Ma quante lacrime abbiamo a disposizione? Quante, da versare nei momenti di dolore vero? E' la domanda che mi torna in mente ogni anno l'11 gennaio ricordando la morte di Fabrizio De André quando davanti agli occhi rivedo una ragazza minuta minuta, avrà avuto al massimo quindici anni, cappotto blu, una lunga sciarpa grigia intorno al collo e un papavero rosso in mano (verrebbe da dire: uno dei mille della 'Guerra di Piero') che appoggiata ad una colonna della basilica di Carignano dove si stavano officiando i funerali di uno dei più straordinari artisti che Genova abbia mai avuto consegnava la sua disperazione ad un pianto dirotto, angosciato e irrefrenabile. Tutte le lacrime del mondo. Non smise un momento durante la cerimonia e neppure dopo, quando il feretro si allontanò verso Staglieno, inutilmente consolata da un'amica. Era la straziante ma straordinaria fotografia della grandezza di Fabrizio, il suo essere stato trasversale rispetto ad ogni età, ogni pensiero, ogni archetipo, ogni condizione umana e sociale. Un poeta vero, scomodo e irrequieto, portavoce delle contraddizioni di una realtà rassegnata: quella dei diversi, dei respinti, dei negletti, degli ultimi, dei condannati alla marginalità.

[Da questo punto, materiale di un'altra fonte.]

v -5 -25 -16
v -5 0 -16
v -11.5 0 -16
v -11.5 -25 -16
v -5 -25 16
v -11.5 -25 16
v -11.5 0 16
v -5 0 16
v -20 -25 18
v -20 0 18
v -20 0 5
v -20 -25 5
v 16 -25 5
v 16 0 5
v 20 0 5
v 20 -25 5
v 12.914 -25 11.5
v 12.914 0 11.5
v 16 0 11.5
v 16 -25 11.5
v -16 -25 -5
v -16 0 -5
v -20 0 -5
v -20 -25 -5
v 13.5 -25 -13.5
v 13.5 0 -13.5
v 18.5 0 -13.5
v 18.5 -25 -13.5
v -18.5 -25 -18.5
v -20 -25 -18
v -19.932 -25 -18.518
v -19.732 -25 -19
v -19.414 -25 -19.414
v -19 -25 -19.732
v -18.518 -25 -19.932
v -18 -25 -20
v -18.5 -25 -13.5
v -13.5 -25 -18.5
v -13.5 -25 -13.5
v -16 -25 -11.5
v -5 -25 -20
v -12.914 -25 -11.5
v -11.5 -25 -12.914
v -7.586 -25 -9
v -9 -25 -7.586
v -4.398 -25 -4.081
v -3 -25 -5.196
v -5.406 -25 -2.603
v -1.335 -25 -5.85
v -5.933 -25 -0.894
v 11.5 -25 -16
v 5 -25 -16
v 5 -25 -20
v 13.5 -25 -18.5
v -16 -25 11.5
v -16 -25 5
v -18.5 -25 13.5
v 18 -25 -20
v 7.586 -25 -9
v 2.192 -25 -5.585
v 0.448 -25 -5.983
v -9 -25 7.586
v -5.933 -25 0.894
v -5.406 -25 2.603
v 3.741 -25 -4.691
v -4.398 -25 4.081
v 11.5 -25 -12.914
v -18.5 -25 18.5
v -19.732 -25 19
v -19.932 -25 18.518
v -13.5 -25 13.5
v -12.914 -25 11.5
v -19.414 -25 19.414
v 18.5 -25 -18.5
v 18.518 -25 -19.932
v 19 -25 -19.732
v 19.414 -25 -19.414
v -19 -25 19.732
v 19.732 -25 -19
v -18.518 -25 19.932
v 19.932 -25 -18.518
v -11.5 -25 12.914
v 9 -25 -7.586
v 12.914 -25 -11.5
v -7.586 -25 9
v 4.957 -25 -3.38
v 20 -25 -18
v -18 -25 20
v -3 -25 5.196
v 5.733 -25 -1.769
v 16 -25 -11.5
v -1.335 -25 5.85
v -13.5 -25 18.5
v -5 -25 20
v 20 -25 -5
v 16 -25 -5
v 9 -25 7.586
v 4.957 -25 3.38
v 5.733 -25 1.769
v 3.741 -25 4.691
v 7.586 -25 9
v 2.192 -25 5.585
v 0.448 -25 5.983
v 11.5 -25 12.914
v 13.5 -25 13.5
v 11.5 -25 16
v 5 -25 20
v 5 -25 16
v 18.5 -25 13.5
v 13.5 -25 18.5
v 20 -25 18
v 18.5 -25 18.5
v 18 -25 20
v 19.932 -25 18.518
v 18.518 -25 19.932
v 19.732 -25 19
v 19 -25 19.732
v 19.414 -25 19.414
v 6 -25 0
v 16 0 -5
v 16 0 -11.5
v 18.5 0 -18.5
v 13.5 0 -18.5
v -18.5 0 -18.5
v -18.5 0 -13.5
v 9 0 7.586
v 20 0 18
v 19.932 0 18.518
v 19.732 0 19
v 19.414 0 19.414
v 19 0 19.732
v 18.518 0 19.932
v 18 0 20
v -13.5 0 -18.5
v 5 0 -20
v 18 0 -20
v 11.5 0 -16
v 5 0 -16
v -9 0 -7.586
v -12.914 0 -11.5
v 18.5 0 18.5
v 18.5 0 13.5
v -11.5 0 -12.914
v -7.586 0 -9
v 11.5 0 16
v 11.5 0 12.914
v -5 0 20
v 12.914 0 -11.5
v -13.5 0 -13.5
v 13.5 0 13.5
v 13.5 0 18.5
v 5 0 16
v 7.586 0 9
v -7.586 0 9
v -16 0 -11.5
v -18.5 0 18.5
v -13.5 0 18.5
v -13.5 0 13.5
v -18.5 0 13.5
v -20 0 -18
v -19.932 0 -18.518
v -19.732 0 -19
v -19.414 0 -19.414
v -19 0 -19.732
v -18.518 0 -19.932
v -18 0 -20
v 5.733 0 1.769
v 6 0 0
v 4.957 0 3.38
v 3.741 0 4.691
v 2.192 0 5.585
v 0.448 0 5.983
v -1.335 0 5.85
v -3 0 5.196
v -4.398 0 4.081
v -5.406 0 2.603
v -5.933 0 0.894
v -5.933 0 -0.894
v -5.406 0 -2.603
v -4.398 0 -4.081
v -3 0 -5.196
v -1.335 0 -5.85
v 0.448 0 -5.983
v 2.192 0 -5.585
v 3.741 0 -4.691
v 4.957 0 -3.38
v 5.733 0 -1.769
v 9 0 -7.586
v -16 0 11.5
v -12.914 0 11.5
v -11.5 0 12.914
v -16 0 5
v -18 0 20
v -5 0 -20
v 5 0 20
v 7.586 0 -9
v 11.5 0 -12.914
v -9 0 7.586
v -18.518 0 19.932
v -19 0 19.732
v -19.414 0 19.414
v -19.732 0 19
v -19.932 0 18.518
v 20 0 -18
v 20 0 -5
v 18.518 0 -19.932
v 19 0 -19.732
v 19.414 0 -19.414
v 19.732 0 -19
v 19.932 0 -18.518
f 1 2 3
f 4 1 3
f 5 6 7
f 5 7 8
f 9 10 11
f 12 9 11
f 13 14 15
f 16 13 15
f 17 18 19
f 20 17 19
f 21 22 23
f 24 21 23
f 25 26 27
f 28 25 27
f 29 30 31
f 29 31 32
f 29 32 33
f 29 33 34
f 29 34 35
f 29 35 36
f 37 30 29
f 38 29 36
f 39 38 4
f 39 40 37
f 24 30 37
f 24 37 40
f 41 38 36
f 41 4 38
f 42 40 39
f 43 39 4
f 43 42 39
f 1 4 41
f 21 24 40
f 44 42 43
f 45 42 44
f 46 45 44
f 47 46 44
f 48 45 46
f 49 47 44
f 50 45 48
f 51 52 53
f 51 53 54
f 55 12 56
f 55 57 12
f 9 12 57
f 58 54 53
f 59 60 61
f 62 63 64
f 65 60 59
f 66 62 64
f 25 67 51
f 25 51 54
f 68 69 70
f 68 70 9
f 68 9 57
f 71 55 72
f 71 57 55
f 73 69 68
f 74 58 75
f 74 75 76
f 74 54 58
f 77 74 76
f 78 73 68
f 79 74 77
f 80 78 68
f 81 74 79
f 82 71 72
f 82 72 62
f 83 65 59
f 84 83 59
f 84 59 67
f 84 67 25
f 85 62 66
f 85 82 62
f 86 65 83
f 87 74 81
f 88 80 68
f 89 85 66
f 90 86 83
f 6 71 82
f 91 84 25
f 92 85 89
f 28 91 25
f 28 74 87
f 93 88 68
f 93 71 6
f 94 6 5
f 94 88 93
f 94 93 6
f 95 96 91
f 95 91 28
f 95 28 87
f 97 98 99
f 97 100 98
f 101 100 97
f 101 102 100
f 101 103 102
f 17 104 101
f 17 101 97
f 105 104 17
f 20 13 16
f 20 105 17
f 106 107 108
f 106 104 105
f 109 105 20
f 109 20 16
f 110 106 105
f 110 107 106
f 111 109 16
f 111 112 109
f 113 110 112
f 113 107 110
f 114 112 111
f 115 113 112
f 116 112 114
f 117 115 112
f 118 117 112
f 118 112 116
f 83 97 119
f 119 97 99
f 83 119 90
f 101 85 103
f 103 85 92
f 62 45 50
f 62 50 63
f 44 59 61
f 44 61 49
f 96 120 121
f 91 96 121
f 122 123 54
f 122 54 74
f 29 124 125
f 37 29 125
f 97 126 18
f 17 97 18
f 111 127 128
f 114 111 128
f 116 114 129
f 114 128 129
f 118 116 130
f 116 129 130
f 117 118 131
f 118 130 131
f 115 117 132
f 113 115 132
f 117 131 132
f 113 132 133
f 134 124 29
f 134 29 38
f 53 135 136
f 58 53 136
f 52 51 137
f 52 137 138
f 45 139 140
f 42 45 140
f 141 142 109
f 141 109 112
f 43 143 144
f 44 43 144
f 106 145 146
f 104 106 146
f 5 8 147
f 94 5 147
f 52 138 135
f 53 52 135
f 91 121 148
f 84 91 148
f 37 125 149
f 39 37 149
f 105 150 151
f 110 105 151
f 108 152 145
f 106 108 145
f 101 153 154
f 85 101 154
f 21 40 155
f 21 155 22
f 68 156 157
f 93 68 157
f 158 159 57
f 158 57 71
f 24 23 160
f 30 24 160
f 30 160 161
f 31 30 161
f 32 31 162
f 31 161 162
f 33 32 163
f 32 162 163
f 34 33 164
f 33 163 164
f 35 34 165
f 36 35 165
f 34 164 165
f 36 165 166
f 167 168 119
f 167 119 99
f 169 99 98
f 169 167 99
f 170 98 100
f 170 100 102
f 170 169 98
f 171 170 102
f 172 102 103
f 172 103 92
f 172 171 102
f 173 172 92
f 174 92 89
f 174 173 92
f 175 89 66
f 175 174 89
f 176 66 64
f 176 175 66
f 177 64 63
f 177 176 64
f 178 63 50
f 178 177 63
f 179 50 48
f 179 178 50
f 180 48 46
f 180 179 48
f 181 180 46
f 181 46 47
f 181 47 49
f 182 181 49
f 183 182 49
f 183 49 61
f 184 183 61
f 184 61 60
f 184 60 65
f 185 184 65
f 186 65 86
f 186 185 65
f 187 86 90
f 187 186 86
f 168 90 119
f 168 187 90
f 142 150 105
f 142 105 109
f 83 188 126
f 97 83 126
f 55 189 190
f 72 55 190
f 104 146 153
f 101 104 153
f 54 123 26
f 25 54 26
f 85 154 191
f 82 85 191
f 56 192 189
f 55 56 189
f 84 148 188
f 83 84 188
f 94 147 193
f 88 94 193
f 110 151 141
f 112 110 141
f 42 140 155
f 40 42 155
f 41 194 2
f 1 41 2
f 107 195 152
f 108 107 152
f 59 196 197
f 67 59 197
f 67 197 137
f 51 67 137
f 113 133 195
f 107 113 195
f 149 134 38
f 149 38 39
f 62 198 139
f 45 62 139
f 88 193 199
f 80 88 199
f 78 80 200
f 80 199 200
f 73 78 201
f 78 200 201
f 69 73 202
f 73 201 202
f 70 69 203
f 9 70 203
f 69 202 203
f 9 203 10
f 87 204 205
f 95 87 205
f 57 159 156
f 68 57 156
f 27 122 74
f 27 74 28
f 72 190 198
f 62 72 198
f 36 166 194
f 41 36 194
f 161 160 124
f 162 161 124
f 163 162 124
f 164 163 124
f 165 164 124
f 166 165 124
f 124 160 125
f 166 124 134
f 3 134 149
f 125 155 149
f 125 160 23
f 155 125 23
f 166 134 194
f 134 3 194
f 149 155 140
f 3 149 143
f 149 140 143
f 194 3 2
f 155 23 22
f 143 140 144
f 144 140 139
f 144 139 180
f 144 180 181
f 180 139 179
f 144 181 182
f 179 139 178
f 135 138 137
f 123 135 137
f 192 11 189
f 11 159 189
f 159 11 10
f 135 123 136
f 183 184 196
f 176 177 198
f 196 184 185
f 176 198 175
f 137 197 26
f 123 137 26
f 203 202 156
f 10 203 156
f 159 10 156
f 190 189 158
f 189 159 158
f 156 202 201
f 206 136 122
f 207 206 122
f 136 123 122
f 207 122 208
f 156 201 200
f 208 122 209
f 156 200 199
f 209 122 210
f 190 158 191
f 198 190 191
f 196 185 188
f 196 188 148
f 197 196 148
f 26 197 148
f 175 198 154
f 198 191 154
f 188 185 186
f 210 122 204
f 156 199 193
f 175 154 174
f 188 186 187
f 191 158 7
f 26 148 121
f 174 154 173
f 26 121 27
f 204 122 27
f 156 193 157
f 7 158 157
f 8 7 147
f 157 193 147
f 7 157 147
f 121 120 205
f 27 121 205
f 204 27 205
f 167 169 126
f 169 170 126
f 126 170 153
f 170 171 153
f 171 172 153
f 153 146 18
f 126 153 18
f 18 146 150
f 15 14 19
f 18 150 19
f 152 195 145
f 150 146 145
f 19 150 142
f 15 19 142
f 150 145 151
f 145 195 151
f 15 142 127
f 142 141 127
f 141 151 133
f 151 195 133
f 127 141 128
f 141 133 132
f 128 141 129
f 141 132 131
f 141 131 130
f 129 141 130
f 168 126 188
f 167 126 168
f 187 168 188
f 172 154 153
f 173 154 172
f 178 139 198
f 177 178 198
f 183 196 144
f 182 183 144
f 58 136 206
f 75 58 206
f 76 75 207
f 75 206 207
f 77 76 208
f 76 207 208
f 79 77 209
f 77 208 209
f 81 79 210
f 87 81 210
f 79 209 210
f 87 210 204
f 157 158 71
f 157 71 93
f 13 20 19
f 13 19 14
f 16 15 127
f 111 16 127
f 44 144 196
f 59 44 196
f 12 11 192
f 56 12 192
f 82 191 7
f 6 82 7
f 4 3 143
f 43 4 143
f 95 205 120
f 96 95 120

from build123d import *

# Parameters (mm, degrees)
F0_W     = 5
F0_H     = 5
F0_R     = 6
F1_DEPTH = 25


with BuildPart() as f1:
    # F0 (on Front) → F1 (new body)
    with BuildSketch(Plane.XZ):
        with BuildLine():
            Line((5, -20), (18, -20))
            ThreePointArc((18, -20), (19.414214, -19.414214), (20, -18))
            Line((20, -18), (20, -5))
            Line((20, -5), (16, -5))
            Line((16, -5), (16, -11.5))
            Line((16, -11.5), (12.914214, -11.5))
            Line((12.914214, -11.5), (9, -7.585786))
            Line((9, -7.585786), (9, 0))
            Line((9, 0), (9, 7.585786))
            Line((9, 7.585786), (12.914214, 11.5))
            Line((12.914214, 11.5), (16, 11.5))
            Line((16, 11.5), (16, 5))
            Line((16, 5), (20, 5))
            Line((20, 5), (20, 18))
            ThreePointArc((20, 18), (19.414214, 19.414214), (18, 20))
            Line((18, 20), (5, 20))
            Line((5, 20), (5, 16))
            Line((5, 16), (11.5, 16))
            Line((11.5, 16), (11.5, 12.914214))
            Line((11.5, 12.914214), (7.585786, 9))
            Line((7.585786, 9), (0, 9))
            Line((0, 9), (-7.585786, 9))
            Line((-7.585786, 9), (-11.5, 12.914214))
            Line((-11.5, 12.914214), (-11.5, 16))
            Line((-11.5, 16), (-5, 16))
            Line((-5, 16), (-5, 20))
            Line((-5, 20), (-18, 20))
            ThreePointArc((-18, 20), (-19.414214, 19.414214), (-20, 18))
            Line((-20, 18), (-20, 5))
            Line((-20, 5), (-16, 5))
            Line((-16, 5), (-16, 11.5))
            Line((-16, 11.5), (-12.914214, 11.5))
            Line((-12.914214, 11.5), (-9, 7.585786))
            Line((-9, 7.585786), (-9, 0))
            Line((-9, 0), (-9, -7.585786))
            Line((-9, -7.585786), (-12.914214, -11.5))
            Line((-12.914214, -11.5), (-16, -11.5))
            Line((-16, -11.5), (-16, -5))
            Line((-16, -5), (-20, -5))
            Line((-20, -5), (-20, -18))
            ThreePointArc((-20, -18), (-19.414214, -19.414214), (-18, -20))
            Line((-18, -20), (-5, -20))
            Line((-5, -20), (-5, -16))
            Line((-5, -16), (-11.5, -16))
            Line((-11.5, -16), (-11.5, -12.914214))
            Line((-11.5, -12.914214), (-7.585786, -9))
            Line((-7.585786, -9), (0, -9))
            Line((0, -9), (7.585786, -9))
            Line((7.585786, -9), (11.5, -12.914214))
            Line((11.5, -12.914214), (11.5, -16))
            Line((11.5, -16), (5, -16))
            Line((5, -16), (5, -20))
        make_face()
        with Locations((-16, -16)):
            Rectangle(F0_W, F0_H, mode=Mode.SUBTRACT)
        with Locations((16, -16)):
            Rectangle(F0_W, F0_H, mode=Mode.SUBTRACT)
        with Locations((-16, 16)):
            Rectangle(F0_W, F0_H, mode=Mode.SUBTRACT)
        Circle(F0_R, mode=Mode.SUBTRACT)
        with Locations((16, 16)):
            Rectangle(F0_W, F0_H, mode=Mode.SUBTRACT)
    extrude(amount=F1_DEPTH)


solid = f1.part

Ne ha raccontate, di storie e personaggi: graziose con gli occhi color di foglia, bambine con le labbra color rugiada, viole che sbocciano e rose che appassiscono, puttane e illusi. Il tutto fra sorrisi e sguardi, diamanti e letame: idee folgoranti, piccoli gioielli di rigore ed emozione, immagini consegnate per sempre all'immortalità. E via del Campo sta ancora là, dove l'aveva lasciata, al sicuro da quella tramontana che a lui piaceva tanto ma che spesso spazza via impietosamente tutto quello che c'è da spazzare e magari anche qualcosa di più, come i ricordi. Così anche oggi, ventiquattro anni dopo, non si può non pensare a quanto tutti noi ci siamo persi da quando se n'è andato, e non solo in termini musicali. Perché se i tempi sono incerti e confusi come quelli che stiamo vivendo, la mancanza di un pensatore libero davvero, di un'anima salva fuori da qualsiasi schema e qualsivoglia paradigma, fuori dal coro saccente dei soliti noti, crea un vuoto ancora maggiore, addirittura una voragine. L'assenza di Faber, quel soprannome così curioso che gli aveva dato l'amico Paolo Villaggio sottolineando in questo modo la grande passione che aveva per i pastelli colorati di una marca ai tempi molto nota, continua a far male.
Certo, le sue poesie disegnate sul pentagramma e ormai inserite in molte antologie scolastiche rimarranno per sempre ad alimentare la colonna sonora di nuove e altre generazioni. Ma più di ogni parola, più di ogni ricordo, va sottolineato soprattutto il modo con cui - come la dolente ragazza di Carignano – giovani e giovanissimi, poco più che bambini quando è scomparso, abbiano deciso comunque di adottarlo come un fratello maggiore, navigando a vista tra i fondali della sua poetica, i suoi versi e la nostra attualità, affidandosi a lui perché dispersi in un mondo privo di certezze e facendo proprio quel racconto di sofferenza e dolore, strazio e pena, angoscia e tristezza per un'umanità schiacciata dal Potere che De André ha cantato come nessun altro è mai riuscito a fare. Prima e dopo di lui.